Peter Schjeldahl, a critic whose elegant reviews in The New Yorker and, before that, The Village Voice, made him an indispensable guide to contemporary art, died Friday at his home in Bovina, New York. He was 80.
His wife, Brooke Alderson, confirmed his death. Schjeldahl was diagnosed with terminal lung cancer in August 2019 and had undergone unexpectedly successful immunotherapy but never recovered entirely, she said.
Few critics could match Schjeldahl for his intimate knowledge of New York's art world, which he wrote about with undiminished enthusiasm for more than a half-century. Even fewer could rival him for sheer eloquence. A poet by vocation in his earlier years, he brought an exquisite word sense to his polished essays, which managed to translate visual subtleties into lapidary prose.
With a deft flick, he wrote of Jean-Auguste-Dominique Ingres' "glassy, scintillating precision"; of Caspar David Friedrich's "twilight that sears"; and of the "adagio loops and wristy flares" in Willem de Kooning's later paintings. He had a gift for the neat aperçu. "Dadaism was an ancestral vein of cool," he once wrote in The New Yorker. "Those who wondered what it meant could never know."
Schjeldahl had no theoretical program to advance, no overarching interpretation of art history and, in fact, no real urge to pass judgment. "In a way, the advancement of opinions is the least interesting thing about criticism for me," he told the online journal Blackbird in 2004, "but it's one of the essentials to launch you into a situation, into a conversation." He called himself "just another art lover with more time and leisure."

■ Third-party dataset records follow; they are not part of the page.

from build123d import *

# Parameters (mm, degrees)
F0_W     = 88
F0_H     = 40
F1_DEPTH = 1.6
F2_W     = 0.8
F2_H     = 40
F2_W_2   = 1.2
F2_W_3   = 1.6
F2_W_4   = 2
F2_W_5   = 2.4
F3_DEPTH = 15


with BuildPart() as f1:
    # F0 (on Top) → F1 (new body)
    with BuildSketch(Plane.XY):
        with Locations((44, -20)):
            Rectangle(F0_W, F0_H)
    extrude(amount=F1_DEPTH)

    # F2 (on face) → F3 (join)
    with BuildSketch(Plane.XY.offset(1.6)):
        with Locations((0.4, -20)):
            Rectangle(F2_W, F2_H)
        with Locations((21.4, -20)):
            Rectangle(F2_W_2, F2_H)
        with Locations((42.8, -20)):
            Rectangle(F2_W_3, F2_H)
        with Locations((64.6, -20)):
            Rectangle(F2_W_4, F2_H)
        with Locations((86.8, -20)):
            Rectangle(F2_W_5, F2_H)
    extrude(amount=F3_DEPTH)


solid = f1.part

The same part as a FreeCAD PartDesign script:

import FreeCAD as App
import Part
import Sketcher

V = App.Vector
Q = App.Units.Quantity


def add_polygon(sketch, points):
    """Adds a closed chain of lines whose ends are joined by coincident constraints."""
    first, n = sketch.GeometryCount, len(points)
    for a, b in zip(points, points[1:] + points[:1]):
        sketch.addGeometry(Part.LineSegment(App.Vector(*a, 0), App.Vector(*b, 0)), False)
    for i in range(n):
        sketch.addConstraint(Sketcher.Constraint("Coincident", first + i, 2, first + (i + 1) % n, 1))

doc = App.newDocument("Part")
body = doc.addObject("PartDesign::Body", "Body")

# Sketch on XY plane
sketch1 = body.newObject("Sketcher::SketchObject", "Sketch")
sketch1.AttachmentSupport = (doc.getObject("XY_Plane"), [""])
sketch1.MapMode = "FlatFace"
add_polygon(sketch1, [(0, 0), (0, -40), (88, -40), (88, 0)])  # lines 0-3
sketch1.addConstraint(Sketcher.Constraint("Vertical", 0))
sketch1.addConstraint(Sketcher.Constraint("Horizontal", 1))
sketch1.addConstraint(Sketcher.Constraint("Vertical", 2))
sketch1.addConstraint(Sketcher.Constraint("Horizontal", 3))
sketch1.addConstraint(Sketcher.Constraint("Coincident", 3, 2, -1, 1))
sketch1.addConstraint(Sketcher.Constraint("DistanceX", 1, 1, 1, 2, Q("88 mm")))
sketch1.addConstraint(Sketcher.Constraint("DistanceY", 0, 2, 0, 1, Q("40 mm")))
pad1 = body.newObject("PartDesign::Pad", "Pad")
pad1.Profile = sketch1
pad1.Length = 1.6

# Sketch on XY plane
sketch2 = body.newObject("Sketcher::SketchObject", "Sketch001")
sketch2.AttachmentSupport = (doc.getObject("XY_Plane"), [""])
sketch2.MapMode = "FlatFace"
sketch2.AttachmentOffset = App.Placement(V(0, 0, 1.6), App.Rotation())
add_polygon(sketch2, [(0, 0), (0, -40), (0.8, -40), (0.8, 0)])  # lines 0-3
add_polygon(sketch2, [(20.8, 0), (20.8, -40), (22, -40), (22, 0)])  # lines 4-7
add_polygon(sketch2, [(42, 0), (42, -40), (43.6, -40), (43.6, 0)])  # lines 8-11
add_polygon(sketch2, [(63.6, 0), (63.6, -40), (65.6, -40), (65.6, 0)])  # lines 12-15
add_polygon(sketch2, [(85.6, 0), (85.6, -40), (88, -40), (88, 0)])  # lines 16-19
sketch2.addConstraint(Sketcher.Constraint("Vertical", 0))
sketch2.addConstraint(Sketcher.Constraint("Horizontal", 1))
sketch2.addConstraint(Sketcher.Constraint("Vertical", 2))
sketch2.addConstraint(Sketcher.Constraint("Horizontal", 3))
sketch2.addConstraint(Sketcher.Constraint("Vertical", 4))
sketch2.addConstraint(Sketcher.Constraint("Horizontal", 5))
sketch2.addConstraint(Sketcher.Constraint("Vertical", 6))
sketch2.addConstraint(Sketcher.Constraint("Horizontal", 7))
sketch2.addConstraint(Sketcher.Constraint("Vertical", 8))
sketch2.addConstraint(Sketcher.Constraint("Horizontal", 9))
sketch2.addConstraint(Sketcher.Constraint("Vertical", 10))
sketch2.addConstraint(Sketcher.Constraint("Horizontal", 11))
sketch2.addConstraint(Sketcher.Constraint("Vertical", 12))
sketch2.addConstraint(Sketcher.Constraint("Horizontal", 13))
sketch2.addConstraint(Sketcher.Constraint("Vertical", 14))
sketch2.addConstraint(Sketcher.Constraint("Horizontal", 15))
sketch2.addConstraint(Sketcher.Constraint("Vertical", 16))
sketch2.addConstraint(Sketcher.Constraint("Horizontal", 17))
sketch2.addConstraint(Sketcher.Constraint("Vertical", 18))
sketch2.addConstraint(Sketcher.Constraint("Horizontal", 19))
sketch2.addConstraint(Sketcher.Constraint("Coincident", 3, 2, -1, 1))
sketch2.addConstraint(Sketcher.Constraint("PointOnObject", 6, 2, -1))
sketch2.addConstraint(Sketcher.Constraint("PointOnObject", 10, 2, -1))
sketch2.addConstraint(Sketcher.Constraint("PointOnObject", 14, 2, -1))
sketch2.addConstraint(Sketcher.Constraint("PointOnObject", 18, 2, -1))
sketch2.addConstraint(Sketcher.Constraint("Horizontal", 1, 2, 4, 2))
sketch2.addConstraint(Sketcher.Constraint("Horizontal", 5, 2, 8, 2))
sketch2.addConstraint(Sketcher.Constraint("Horizontal", 9, 2, 12, 2))
sketch2.addConstraint(Sketcher.Constraint("Horizontal", 13, 2, 16, 2))
sketch2.addConstraint(Sketcher.Constraint("DistanceX", 13, 1, 13, 2, Q("2 mm")))
sketch2.addConstraint(Sketcher.Constraint("DistanceY", 0, 2, 0, 1, Q("40 mm")))
sketch2.addConstraint(Sketcher.Constraint("DistanceX", 1, 1, 1, 2, Q("0.8 mm")))
sketch2.addConstraint(Sketcher.Constraint("DistanceX", 5, 1, 5, 2, Q("1.2 mm")))
sketch2.addConstraint(Sketcher.Constraint("DistanceX", 9, 1, 9, 2, Q("1.6 mm")))
sketch2.addConstraint(Sketcher.Constraint("DistanceX", 17, 1, 17, 2, Q("2.4 mm")))
sketch2.addConstraint(Sketcher.Constraint("DistanceX", -1, 1, 5, 2, Q("22 mm")))
sketch2.addConstraint(Sketcher.Constraint("DistanceX", -1, 1, 8, 2, Q("42 mm")))
sketch2.addConstraint(Sketcher.Constraint("DistanceX", -1, 1, 17, 2, Q("88 mm")))
sketch2.addConstraint(Sketcher.Constraint("DistanceX", 9, 2, 12, 2, Q("20 mm")))
pad2 = body.newObject("PartDesign::Pad", "Pad001")
pad2.Profile = sketch2
pad2.Length = 15

doc.recompute()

He was first and foremost a visual pleasure seeker, on the prowl for new thrills, and a diligent chronicler of the shifting trends in New York's art scene. In The New York Review of Books in 2009, Sanford Schwartz called him "our best — our most perspicacious and wittiest — art critic."
His penchant for unstinting, sometimes effusive praise made him seem at times more fan than critic. Roger Kimball, editor of The New Criterion, dismissed him as "a barometer of chic taste," while conceding that he was often "witty and not infrequently astringently perceptive."
When roused, Schjeldahl could let fly with a well-aimed zinger. The Pompidou Center in Paris, he once wrote, "feels like a convention center on the verge of a nervous breakdown." He ridiculed the proliferation of "masterpiece" museum exhibitions with the imagined "Masterpieces of Mesoantarctic Lint."